Briefly, here’s what it can do for you:

– You can keep all your research for your project all in one place. Your files are all kept in a Binder on the lefthand side of your screen.

– You can break your work down into as many files as you want. I am currently writing a paranormal romance series, and many of the characters and locations appear in all three books. So, I have my character bios – broken down by each character in a different file – and my research on locations, facts, and more are located in the binder.

– You can easily break your book down into an individual file for each chapter. When you’re done, you simply export the book and it will combine all the chapters into one.

– You can keep your outline (if you’re an outliner/ plotter like me) there for quick and easy reference.

– You can easily split the screen and work on two docs at once. I LOVE this feature when I’m working with a beta reader. I keep the critiqued chapters on the bottom of the screen while I work on the draft at the top.

– You can save all your work on the whole project all at once. I used to painstakingly save all my individual docs that I had open (which was a lot) one at a time, first on Google Drive then on my key as backup. Now ALL the docs are in one place and you get to save the whole project all at once.  ** a word of warning. So far Google Drive doesn’t play nice with Scrivener, nor does One Drive. You DON’T want to save your project on the C Drive because your drive could crash and you could lose all your work. Dropbox is a great place to save your work since it’s a cloud. I use Dropbox then save it on my key once in a while as an extra backup. **

– When you’re done with your book draft, you can export it to another format, such as word. You can even export it to ebook format, though I haven’t tried that yet and I’m sure it would need additional, manual formatting after that.

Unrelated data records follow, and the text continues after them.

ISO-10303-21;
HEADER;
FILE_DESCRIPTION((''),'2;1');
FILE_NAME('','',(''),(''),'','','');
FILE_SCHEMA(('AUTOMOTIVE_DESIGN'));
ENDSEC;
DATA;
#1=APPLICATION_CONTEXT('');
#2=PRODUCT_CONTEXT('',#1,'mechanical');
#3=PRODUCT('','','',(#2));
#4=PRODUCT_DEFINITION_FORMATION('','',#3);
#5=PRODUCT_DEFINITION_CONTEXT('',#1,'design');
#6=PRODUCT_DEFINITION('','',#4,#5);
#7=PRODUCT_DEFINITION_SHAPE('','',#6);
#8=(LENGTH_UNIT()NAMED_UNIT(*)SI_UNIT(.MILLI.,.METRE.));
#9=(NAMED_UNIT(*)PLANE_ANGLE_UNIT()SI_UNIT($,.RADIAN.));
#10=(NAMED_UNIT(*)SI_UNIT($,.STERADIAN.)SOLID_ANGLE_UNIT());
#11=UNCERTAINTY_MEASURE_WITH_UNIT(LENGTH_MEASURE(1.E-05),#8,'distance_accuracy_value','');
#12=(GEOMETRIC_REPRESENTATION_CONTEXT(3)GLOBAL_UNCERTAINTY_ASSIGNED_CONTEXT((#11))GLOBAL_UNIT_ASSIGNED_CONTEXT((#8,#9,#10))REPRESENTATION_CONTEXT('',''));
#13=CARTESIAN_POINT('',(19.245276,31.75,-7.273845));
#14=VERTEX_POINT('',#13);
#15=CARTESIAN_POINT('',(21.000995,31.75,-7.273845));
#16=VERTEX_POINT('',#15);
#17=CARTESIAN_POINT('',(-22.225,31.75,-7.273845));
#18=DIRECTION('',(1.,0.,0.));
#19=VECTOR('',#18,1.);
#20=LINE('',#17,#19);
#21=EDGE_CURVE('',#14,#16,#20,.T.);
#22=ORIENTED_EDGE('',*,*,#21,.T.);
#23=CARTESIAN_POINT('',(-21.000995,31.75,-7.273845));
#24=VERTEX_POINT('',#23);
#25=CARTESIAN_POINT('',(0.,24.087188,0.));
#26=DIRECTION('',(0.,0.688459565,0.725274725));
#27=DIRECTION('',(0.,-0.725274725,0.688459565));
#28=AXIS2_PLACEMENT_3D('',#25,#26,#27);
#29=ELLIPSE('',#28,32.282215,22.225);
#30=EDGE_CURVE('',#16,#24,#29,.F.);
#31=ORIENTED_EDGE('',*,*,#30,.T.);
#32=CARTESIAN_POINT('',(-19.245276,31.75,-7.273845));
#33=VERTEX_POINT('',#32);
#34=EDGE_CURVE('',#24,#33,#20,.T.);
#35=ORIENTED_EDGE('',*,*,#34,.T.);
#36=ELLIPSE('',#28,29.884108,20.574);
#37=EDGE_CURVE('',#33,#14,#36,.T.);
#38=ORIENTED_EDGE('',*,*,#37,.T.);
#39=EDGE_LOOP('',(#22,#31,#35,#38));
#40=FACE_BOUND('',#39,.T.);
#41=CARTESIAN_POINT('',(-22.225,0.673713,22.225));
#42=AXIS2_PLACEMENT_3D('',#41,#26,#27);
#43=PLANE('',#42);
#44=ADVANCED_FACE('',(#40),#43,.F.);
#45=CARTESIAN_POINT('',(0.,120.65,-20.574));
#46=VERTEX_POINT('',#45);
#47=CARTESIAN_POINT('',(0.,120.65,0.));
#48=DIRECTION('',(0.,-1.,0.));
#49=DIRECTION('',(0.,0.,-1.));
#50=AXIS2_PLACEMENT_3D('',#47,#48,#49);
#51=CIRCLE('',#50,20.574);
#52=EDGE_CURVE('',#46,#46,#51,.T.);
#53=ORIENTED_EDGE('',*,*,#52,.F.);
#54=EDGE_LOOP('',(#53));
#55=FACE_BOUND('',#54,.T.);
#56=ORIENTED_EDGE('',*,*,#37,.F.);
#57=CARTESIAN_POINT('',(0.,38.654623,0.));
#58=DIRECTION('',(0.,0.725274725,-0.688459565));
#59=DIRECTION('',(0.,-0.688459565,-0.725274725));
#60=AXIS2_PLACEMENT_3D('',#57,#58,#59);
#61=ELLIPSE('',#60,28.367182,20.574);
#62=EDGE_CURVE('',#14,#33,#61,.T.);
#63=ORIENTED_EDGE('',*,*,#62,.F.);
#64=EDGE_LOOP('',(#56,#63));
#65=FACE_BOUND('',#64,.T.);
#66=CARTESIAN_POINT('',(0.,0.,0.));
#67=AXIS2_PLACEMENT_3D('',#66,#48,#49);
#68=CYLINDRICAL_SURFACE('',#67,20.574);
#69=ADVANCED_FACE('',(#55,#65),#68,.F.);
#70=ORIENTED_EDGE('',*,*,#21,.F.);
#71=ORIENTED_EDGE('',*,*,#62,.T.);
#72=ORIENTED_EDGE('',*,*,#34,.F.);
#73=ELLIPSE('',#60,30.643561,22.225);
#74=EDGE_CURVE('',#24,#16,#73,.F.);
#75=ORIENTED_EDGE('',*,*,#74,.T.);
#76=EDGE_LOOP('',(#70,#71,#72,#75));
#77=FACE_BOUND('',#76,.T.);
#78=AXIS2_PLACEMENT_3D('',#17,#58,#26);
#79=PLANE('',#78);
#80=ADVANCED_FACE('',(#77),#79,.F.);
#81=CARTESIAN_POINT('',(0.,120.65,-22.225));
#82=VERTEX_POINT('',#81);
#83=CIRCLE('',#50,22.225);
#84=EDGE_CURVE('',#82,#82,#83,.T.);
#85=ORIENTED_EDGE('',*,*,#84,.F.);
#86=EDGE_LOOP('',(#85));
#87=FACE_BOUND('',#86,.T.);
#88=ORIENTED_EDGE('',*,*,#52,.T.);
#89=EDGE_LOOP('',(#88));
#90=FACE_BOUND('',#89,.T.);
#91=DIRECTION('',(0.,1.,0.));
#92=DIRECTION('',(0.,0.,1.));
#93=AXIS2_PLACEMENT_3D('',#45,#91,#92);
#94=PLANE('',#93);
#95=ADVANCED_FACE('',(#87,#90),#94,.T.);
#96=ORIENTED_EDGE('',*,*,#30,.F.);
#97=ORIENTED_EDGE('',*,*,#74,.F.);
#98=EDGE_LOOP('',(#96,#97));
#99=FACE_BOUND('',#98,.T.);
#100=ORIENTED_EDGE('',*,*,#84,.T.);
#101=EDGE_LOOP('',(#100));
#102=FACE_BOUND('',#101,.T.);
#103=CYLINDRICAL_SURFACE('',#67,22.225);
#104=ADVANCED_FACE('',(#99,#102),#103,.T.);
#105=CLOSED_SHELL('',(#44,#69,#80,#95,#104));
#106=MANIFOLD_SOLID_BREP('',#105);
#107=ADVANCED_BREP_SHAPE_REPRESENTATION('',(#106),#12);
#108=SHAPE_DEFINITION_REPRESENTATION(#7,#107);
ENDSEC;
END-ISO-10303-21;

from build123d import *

# Parameters (mm, degrees)
SKETCH1_W               = 1.651
SKETCH1_H               = 120.65
CUT_EXTRUDE1_DEPTH      = 20.685
CUT_EXTRUDE1_DEPTH_BACK = 25.765


with BuildPart() as part:
    # Sketch1 → Revolve1 (revolve)
    with BuildSketch(Plane(origin=(0, 0, 0), x_dir=(0, 0, -1), z_dir=(1, 0, 0))):
        with Locations((21.3995, 60.325)):
            Rectangle(SKETCH1_W, SKETCH1_H)
    revolve(axis=Axis((0, 0, 0), (0, 1, 0)))

    # Sketch3 → Cut-Extrude1 (cut, two sides)
    with BuildSketch(Plane(origin=(2.54, 0, 0), x_dir=(0, 0, -1), z_dir=(1, 0, 0))) as cut_extrude1_sk:
        Polygon((22.225, 17.557770233), (22.225, 0), (-22.225, 0), (-22.225, 0.673713291), (7.273845181, 31.75), align=None)
    extrude(amount=CUT_EXTRUDE1_DEPTH, mode=Mode.SUBTRACT)
    extrude(cut_extrude1_sk.sketch, amount=-CUT_EXTRUDE1_DEPTH_BACK, mode=Mode.SUBTRACT)


solid = part.part
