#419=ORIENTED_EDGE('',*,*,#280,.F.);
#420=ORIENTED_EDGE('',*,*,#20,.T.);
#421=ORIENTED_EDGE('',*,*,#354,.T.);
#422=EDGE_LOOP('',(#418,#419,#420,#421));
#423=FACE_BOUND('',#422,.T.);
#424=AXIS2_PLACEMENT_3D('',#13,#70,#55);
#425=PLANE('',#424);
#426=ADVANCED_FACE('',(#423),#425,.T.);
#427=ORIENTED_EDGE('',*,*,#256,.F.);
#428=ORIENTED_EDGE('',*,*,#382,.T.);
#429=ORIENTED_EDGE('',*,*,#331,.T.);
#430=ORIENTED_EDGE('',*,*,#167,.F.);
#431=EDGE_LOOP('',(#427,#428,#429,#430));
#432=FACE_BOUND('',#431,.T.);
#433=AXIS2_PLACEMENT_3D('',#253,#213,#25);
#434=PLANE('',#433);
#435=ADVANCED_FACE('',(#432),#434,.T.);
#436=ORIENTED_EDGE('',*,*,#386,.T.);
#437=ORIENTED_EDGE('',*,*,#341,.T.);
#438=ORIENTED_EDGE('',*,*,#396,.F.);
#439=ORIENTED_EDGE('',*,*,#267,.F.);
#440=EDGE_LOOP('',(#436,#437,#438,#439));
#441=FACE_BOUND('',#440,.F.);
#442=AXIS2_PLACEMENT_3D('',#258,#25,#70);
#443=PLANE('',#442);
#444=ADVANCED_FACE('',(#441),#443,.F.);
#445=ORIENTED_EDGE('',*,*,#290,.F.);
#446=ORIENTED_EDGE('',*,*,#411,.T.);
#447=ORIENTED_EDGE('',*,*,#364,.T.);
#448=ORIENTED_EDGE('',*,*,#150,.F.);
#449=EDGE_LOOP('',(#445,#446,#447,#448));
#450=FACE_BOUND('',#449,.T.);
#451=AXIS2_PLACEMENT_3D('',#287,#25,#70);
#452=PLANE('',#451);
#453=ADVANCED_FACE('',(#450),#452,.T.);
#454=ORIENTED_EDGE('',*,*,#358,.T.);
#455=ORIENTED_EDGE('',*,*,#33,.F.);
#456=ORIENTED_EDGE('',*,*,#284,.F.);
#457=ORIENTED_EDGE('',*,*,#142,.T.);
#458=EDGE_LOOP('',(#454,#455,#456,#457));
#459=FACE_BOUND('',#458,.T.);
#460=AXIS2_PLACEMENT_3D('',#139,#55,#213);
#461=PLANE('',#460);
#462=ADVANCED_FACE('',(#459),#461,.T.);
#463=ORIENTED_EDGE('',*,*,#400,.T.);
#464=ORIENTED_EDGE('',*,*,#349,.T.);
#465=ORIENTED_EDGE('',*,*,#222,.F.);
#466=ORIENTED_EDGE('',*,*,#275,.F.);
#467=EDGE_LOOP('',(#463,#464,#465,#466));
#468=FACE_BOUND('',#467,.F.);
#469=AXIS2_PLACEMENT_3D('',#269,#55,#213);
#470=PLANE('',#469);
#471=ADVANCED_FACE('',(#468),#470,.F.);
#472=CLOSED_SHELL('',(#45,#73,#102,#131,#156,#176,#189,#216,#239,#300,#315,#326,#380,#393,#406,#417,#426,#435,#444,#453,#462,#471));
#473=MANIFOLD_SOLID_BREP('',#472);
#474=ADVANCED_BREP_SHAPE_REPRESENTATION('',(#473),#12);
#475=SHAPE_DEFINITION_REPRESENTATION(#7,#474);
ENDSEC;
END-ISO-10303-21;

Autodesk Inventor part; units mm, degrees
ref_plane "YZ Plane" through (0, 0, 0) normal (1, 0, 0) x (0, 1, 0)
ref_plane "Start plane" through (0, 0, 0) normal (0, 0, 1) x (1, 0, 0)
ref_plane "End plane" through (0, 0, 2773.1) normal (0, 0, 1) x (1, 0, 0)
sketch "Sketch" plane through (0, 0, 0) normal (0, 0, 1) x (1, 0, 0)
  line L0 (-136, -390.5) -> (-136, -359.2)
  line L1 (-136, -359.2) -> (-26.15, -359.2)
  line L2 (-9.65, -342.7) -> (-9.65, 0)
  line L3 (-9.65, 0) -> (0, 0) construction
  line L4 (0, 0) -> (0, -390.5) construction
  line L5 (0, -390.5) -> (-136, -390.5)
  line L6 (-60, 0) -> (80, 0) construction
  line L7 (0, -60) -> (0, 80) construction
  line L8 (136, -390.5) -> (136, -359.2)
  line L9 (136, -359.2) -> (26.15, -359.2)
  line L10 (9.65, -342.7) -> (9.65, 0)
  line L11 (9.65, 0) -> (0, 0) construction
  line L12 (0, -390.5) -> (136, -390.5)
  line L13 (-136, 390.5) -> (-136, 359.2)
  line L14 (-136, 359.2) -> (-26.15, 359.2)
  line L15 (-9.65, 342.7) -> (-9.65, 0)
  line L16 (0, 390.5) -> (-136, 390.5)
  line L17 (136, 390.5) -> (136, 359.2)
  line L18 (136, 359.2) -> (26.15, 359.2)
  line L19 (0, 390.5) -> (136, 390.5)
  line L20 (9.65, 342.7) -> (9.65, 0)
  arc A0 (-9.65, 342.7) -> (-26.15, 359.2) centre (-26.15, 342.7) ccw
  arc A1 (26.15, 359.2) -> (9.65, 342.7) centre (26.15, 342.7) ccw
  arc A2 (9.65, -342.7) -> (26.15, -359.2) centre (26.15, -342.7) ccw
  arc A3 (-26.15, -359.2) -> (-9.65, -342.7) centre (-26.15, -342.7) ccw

Believe me, if I was able to use Scrivener successfully and immediately, a blind, deaf, monkey with its hands tied behind its back can do it. The authors of the Scrivener tutorial seem to realize that they are dealing with right-brained, temperamental, writerly types and offered encouragement accordingly throughout. Every once in a while, they encourage you to take a break and enjoy some tea and a biscuit (if you’re in the U.S., substitute with coffee and a donut).

All I can say is that I have found Scrivener to be well worth the relatively small amount of time and money investment. Now that I’m back to work full time while raising two kids and running a household, it’s really saved me time and gotten me organized.

What about you? Have you used Scrivener? Do you love it as I do??